◆ Brief
Please output exactly the part of the records below that opens with the line containing "#137=VERTEX_POINT('',#136);" and closes with the line containing "#145=CARTESIAN_POINT('',(15.,9.,-15.));", both lines included, and nothing else.

☆ ☆ ☆ ☆ ☆ ☆ ☆

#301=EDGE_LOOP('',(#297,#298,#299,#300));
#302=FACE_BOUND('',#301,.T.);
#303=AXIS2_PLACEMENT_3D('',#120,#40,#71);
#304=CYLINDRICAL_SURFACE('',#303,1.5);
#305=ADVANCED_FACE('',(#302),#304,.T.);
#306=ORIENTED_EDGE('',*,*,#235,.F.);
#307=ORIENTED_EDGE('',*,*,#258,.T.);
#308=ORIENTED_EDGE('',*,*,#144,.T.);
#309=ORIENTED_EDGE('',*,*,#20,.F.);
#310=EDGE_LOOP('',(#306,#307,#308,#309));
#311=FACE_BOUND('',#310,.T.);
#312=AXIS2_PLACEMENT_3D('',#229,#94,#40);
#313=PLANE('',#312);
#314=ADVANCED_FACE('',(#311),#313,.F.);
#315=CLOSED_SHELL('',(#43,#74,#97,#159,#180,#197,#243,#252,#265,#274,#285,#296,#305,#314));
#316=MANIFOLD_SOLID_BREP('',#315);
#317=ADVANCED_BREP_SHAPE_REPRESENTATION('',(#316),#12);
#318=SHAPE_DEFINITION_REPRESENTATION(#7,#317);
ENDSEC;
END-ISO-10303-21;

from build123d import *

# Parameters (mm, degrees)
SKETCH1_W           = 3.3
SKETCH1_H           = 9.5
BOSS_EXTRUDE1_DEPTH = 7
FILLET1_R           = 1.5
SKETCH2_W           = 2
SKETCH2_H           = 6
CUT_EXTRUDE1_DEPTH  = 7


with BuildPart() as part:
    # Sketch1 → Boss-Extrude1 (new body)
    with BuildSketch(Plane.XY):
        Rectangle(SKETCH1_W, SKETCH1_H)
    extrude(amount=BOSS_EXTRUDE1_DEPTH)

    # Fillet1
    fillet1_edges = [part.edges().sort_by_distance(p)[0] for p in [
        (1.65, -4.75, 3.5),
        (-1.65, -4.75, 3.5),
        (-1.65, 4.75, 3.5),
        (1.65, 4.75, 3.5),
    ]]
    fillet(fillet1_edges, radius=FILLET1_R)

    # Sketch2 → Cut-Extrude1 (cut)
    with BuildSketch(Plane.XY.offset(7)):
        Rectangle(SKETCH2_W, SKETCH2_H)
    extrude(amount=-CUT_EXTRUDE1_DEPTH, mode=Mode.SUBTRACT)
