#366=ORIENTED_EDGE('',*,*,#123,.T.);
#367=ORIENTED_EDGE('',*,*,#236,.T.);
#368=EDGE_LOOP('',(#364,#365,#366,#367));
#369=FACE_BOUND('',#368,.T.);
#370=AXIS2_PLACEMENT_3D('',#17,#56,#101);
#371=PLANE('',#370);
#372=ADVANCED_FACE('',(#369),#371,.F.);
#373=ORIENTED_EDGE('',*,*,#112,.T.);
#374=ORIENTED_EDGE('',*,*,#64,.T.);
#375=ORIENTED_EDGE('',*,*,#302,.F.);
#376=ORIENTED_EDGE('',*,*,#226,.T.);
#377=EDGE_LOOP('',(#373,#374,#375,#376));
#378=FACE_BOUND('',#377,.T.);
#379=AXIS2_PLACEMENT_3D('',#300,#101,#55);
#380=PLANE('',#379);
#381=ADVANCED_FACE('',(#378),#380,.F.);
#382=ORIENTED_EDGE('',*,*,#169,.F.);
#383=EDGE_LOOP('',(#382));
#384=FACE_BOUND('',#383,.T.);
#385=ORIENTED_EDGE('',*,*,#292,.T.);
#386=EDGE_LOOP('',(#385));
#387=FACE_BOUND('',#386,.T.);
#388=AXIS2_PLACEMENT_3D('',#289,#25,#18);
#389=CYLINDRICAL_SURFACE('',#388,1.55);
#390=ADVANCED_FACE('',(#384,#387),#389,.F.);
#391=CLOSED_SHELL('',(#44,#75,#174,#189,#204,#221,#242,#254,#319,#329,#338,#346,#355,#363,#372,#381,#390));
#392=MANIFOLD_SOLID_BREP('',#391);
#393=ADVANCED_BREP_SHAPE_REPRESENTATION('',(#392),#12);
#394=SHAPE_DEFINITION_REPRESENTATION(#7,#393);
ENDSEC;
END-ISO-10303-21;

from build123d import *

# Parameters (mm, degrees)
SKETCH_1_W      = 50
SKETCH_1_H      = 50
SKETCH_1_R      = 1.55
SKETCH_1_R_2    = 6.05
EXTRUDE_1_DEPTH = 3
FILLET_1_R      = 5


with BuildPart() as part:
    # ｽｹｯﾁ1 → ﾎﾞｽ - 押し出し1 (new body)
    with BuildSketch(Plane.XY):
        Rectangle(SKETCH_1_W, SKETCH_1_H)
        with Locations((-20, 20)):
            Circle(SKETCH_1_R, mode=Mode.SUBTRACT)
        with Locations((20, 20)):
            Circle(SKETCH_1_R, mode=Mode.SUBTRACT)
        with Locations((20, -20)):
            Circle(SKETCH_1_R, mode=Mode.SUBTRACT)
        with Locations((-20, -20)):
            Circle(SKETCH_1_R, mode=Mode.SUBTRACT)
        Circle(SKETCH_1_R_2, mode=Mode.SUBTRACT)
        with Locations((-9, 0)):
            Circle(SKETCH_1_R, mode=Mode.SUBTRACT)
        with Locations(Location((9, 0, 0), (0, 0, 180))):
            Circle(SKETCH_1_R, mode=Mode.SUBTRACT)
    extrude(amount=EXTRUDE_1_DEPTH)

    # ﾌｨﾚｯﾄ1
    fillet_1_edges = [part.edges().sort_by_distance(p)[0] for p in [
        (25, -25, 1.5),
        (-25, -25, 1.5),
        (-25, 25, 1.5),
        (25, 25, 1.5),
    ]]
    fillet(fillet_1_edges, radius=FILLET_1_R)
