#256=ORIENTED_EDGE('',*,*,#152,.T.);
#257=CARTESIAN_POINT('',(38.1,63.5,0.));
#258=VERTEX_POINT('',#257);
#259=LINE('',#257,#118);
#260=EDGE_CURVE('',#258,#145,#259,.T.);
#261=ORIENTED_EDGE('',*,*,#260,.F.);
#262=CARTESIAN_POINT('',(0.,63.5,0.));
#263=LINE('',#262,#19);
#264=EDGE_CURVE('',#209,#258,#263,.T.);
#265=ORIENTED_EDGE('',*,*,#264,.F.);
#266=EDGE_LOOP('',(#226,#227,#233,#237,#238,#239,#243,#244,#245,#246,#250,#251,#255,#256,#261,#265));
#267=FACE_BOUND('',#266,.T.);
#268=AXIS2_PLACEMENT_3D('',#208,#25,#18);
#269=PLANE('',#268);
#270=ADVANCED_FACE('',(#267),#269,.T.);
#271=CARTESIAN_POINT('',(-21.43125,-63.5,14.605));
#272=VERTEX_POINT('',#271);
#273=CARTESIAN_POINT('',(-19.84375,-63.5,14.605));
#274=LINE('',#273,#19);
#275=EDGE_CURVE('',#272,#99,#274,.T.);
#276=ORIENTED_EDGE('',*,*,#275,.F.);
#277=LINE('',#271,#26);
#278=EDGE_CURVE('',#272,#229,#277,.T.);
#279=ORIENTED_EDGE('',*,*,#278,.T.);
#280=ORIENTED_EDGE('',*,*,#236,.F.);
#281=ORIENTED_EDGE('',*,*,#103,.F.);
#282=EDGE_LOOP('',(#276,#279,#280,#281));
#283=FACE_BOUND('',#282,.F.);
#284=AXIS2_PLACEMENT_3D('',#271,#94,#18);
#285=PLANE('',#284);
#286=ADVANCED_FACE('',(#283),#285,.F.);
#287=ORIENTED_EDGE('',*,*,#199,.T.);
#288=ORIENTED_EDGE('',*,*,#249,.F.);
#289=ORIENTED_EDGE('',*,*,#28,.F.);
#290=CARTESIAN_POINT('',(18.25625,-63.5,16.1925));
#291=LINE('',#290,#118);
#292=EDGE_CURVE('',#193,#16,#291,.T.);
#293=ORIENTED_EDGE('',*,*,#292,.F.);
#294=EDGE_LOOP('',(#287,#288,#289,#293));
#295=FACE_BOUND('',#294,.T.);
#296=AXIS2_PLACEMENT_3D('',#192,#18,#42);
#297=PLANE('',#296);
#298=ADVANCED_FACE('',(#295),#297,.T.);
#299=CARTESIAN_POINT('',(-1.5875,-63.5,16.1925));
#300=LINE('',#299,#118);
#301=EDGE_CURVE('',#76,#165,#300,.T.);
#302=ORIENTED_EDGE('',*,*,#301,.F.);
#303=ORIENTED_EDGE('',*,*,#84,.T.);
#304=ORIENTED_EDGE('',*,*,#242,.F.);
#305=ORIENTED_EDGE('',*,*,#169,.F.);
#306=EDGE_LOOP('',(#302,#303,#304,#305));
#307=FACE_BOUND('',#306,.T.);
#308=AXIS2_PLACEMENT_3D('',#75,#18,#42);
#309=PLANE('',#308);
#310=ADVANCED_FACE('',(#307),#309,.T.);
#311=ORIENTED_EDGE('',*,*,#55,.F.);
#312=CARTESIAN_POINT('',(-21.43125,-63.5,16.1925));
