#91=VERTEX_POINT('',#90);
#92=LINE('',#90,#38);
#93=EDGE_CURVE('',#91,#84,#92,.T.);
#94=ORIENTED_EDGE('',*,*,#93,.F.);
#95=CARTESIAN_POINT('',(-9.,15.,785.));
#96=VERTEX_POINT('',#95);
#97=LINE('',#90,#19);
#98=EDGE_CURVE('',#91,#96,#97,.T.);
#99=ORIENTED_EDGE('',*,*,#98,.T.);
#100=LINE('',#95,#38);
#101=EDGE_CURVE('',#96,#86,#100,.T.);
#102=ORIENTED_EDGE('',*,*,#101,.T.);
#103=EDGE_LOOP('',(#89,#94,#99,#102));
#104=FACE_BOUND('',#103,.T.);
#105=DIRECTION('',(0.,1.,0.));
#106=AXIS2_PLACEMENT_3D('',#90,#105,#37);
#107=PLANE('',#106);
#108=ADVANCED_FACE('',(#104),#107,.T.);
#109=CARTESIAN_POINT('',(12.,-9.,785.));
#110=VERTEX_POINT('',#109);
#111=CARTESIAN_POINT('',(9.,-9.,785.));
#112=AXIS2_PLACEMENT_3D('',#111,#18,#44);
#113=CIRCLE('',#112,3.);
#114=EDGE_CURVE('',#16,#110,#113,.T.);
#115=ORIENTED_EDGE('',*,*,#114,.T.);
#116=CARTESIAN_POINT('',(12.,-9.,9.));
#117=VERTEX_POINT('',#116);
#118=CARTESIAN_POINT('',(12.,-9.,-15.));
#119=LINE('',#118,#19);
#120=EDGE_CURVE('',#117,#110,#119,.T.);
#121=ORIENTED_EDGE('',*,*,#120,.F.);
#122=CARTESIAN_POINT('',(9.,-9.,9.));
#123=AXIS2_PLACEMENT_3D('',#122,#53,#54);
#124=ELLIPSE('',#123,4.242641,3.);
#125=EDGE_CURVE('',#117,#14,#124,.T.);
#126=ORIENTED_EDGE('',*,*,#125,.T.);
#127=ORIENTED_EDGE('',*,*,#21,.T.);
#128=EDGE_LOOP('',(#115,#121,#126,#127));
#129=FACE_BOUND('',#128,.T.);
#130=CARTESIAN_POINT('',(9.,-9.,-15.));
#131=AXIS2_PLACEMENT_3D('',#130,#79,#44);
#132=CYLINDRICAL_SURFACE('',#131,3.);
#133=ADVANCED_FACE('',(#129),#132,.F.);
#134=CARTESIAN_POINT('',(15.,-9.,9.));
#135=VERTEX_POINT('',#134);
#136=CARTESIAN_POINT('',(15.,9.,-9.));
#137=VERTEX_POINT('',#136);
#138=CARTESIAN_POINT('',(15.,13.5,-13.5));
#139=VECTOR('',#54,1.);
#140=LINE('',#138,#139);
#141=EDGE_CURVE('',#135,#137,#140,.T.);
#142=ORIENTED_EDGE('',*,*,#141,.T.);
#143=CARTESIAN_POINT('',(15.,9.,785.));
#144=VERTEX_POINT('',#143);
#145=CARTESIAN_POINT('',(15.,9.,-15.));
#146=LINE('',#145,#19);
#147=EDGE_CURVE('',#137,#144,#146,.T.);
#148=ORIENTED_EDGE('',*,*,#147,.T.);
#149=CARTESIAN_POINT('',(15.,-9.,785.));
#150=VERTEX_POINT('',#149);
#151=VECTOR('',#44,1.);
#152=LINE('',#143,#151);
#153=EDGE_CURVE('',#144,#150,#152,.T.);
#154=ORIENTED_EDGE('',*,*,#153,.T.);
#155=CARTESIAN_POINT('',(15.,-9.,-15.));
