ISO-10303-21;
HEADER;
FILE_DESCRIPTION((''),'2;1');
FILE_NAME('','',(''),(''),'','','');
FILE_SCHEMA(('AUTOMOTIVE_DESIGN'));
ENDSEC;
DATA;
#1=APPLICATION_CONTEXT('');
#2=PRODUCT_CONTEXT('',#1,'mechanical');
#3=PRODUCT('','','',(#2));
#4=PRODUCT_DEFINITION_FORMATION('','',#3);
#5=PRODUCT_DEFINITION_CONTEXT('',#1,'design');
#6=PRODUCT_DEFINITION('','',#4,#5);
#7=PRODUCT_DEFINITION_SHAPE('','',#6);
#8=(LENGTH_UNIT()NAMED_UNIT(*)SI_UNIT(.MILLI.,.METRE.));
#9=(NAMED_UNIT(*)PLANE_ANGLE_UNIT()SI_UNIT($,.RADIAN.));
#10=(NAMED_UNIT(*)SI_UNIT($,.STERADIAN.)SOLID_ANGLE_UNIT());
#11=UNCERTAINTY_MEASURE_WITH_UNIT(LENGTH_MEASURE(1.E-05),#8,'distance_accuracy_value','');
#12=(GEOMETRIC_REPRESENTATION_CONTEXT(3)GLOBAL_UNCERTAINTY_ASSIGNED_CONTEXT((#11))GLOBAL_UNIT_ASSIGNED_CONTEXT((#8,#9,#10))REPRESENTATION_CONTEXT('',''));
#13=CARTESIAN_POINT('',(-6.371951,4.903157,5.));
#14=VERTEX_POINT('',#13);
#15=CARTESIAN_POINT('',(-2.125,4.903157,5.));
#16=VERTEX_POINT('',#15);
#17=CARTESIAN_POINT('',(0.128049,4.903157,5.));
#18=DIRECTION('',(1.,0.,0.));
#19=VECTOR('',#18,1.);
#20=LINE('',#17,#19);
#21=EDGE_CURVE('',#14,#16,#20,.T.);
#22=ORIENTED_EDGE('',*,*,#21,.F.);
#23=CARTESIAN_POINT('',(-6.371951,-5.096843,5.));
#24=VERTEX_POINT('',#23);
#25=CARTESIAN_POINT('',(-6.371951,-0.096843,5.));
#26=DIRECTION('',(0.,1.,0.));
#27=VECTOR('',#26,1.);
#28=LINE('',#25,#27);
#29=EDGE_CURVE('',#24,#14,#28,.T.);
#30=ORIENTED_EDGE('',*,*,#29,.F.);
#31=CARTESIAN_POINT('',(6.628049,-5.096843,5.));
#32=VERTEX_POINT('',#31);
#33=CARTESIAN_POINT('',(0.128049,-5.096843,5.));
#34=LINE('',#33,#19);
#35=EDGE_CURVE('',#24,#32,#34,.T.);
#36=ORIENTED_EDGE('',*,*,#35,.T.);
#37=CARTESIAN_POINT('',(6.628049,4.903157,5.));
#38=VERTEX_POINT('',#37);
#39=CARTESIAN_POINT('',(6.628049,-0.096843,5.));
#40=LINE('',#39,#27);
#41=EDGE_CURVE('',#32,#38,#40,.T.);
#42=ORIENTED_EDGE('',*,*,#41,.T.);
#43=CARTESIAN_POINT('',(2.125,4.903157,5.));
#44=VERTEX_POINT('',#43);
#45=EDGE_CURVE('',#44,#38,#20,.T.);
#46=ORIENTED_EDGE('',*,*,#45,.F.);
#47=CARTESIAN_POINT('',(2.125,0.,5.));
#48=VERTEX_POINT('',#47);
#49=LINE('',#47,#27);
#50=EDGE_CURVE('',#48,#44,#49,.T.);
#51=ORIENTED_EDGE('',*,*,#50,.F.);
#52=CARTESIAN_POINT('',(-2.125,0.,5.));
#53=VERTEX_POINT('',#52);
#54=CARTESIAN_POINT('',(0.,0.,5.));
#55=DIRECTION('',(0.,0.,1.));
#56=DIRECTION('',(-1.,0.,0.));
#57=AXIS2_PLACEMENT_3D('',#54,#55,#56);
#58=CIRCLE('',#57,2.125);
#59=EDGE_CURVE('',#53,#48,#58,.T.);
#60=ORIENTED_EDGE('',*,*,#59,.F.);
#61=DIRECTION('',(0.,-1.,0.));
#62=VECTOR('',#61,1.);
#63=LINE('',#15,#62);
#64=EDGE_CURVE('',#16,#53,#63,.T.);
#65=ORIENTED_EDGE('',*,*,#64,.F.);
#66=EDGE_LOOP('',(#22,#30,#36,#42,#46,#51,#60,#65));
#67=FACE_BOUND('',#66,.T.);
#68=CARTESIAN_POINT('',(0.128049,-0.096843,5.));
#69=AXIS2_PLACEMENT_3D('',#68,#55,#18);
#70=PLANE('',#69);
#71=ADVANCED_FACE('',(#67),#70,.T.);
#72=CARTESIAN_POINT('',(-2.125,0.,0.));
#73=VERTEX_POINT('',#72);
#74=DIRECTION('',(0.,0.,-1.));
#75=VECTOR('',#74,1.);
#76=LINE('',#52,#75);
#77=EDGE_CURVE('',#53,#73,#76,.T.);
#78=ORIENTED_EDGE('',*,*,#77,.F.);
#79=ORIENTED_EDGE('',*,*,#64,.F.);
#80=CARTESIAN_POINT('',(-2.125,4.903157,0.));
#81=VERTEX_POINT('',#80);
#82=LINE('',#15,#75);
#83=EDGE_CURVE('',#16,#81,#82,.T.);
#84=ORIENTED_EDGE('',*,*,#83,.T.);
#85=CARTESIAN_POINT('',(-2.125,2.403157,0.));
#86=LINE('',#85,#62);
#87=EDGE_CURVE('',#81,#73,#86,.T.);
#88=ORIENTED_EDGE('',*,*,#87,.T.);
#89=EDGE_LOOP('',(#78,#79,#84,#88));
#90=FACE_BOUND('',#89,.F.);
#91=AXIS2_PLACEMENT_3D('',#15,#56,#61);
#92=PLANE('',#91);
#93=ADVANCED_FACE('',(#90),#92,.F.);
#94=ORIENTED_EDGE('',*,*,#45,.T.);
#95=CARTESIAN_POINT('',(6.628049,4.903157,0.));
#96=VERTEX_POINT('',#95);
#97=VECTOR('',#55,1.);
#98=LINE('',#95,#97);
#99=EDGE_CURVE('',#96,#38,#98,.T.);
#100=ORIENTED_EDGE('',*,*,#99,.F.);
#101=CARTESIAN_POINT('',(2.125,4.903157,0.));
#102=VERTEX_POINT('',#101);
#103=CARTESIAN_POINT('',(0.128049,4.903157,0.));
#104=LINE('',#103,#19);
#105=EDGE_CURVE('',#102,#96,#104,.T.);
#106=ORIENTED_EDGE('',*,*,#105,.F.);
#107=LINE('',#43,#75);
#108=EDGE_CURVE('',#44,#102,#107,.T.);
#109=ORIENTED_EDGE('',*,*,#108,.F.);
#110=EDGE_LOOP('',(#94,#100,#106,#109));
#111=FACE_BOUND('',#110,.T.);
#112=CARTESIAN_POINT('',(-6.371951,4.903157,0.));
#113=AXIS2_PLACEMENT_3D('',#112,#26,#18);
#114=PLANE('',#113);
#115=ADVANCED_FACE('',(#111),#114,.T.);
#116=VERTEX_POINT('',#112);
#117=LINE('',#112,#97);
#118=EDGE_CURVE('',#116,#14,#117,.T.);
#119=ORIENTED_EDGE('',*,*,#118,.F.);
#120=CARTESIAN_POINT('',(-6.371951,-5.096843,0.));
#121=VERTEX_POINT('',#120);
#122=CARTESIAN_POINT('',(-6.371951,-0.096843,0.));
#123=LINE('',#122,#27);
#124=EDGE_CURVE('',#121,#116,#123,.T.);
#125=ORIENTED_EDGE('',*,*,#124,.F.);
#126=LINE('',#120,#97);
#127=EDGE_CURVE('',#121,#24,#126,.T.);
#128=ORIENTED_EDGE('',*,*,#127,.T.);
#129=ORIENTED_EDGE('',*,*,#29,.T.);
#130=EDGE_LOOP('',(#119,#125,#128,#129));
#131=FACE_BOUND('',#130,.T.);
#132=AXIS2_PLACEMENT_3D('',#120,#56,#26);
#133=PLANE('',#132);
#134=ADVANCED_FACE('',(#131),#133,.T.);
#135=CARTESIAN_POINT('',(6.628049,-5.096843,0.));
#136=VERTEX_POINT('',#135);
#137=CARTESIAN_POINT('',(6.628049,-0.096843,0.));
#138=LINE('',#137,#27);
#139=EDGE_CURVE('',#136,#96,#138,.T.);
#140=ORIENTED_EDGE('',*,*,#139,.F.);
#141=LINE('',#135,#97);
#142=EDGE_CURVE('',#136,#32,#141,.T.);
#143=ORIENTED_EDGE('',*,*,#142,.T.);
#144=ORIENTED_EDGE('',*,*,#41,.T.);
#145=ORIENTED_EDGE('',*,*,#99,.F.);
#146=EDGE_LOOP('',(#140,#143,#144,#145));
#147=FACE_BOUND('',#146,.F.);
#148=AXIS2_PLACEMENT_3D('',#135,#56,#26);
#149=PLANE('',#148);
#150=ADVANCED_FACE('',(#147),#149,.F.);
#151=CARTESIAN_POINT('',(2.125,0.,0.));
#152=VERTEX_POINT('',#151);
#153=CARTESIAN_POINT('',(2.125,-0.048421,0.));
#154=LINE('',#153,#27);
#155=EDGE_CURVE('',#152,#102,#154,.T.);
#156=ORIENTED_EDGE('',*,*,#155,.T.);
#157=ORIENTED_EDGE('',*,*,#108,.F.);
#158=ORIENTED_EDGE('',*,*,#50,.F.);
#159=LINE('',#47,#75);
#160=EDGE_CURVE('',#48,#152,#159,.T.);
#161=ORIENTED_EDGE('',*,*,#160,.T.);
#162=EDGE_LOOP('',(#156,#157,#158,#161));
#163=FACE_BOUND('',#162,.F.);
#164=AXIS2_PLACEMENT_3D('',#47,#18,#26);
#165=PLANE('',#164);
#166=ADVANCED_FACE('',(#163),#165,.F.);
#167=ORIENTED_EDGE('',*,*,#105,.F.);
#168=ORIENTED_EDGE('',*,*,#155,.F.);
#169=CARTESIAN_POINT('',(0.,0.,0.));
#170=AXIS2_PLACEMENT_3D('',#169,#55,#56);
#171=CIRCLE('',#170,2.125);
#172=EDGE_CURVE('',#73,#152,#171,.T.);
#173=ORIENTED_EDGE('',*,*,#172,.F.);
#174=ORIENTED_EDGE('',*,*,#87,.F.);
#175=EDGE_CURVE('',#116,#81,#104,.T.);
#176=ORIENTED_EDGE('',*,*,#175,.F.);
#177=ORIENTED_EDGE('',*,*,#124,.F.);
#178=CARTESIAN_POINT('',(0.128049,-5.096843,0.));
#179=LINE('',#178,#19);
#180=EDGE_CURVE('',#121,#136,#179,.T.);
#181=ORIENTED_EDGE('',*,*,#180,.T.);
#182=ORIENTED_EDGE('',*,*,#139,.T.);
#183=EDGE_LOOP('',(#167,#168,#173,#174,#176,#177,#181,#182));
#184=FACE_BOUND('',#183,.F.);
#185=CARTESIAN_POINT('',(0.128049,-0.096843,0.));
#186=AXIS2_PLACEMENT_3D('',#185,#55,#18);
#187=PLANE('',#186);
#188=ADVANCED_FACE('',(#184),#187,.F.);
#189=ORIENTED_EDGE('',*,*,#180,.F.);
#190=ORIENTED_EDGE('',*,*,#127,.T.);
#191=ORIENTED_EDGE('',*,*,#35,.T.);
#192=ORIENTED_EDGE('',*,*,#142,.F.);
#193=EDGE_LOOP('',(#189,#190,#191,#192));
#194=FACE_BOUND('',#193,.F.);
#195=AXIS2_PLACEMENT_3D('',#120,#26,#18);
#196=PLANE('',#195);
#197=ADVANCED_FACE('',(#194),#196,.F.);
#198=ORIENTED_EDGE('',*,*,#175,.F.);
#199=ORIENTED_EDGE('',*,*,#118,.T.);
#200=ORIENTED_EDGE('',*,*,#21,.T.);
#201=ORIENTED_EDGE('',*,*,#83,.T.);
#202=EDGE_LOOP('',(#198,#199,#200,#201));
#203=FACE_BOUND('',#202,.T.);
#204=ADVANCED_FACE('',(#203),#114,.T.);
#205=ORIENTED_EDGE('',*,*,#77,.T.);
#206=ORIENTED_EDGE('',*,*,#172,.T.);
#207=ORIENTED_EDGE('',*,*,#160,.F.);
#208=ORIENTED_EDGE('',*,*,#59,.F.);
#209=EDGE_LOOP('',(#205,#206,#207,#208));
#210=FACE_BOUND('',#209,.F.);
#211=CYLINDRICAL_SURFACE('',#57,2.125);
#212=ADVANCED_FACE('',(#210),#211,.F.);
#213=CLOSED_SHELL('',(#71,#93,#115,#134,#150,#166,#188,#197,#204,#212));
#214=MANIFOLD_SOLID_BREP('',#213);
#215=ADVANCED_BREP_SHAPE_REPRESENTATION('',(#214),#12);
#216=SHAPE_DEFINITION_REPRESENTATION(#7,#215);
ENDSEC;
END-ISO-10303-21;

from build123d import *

# Parameters (mm, degrees)
F0_W     = 13
F0_H     = 10
F1_DEPTH = 5
F3_DEPTH = 10


with BuildPart() as f1:
    # F0 (on Top) → F1 (new body)
    with BuildSketch(Plane.XY):
        with Locations((0.128049, -0.096843)):
            Rectangle(F0_W, F0_H)
    extrude(amount=F1_DEPTH)

    # F2 (on face) → F3 (cut)
    with BuildSketch(Plane.XY.offset(5)):
        with BuildLine():
            Line((-2.125, 4.903157), (-2.125, 0))
            ThreePointArc((-2.125, 0), (0, -2.125), (2.125, 0))
            Line((2.125, 0), (2.125, 4.903157))
            Line((2.125, 4.903157), (-2.125, 4.903157))
        make_face()
    extrude(amount=-F3_DEPTH, mode=Mode.SUBTRACT)


solid = f1.part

☆ ☆ ☆ ☆ ☆ ☆ ☆

◆ Exercise solution
#137=VERTEX_POINT('',#136);
#138=CARTESIAN_POINT('',(15.,13.5,-13.5));
#139=VECTOR('',#54,1.);
#140=LINE('',#138,#139);
#141=EDGE_CURVE('',#135,#137,#140,.T.);
#142=ORIENTED_EDGE('',*,*,#141,.T.);
#143=CARTESIAN_POINT('',(15.,9.,785.));
#144=VERTEX_POINT('',#143);
#145=CARTESIAN_POINT('',(15.,9.,-15.));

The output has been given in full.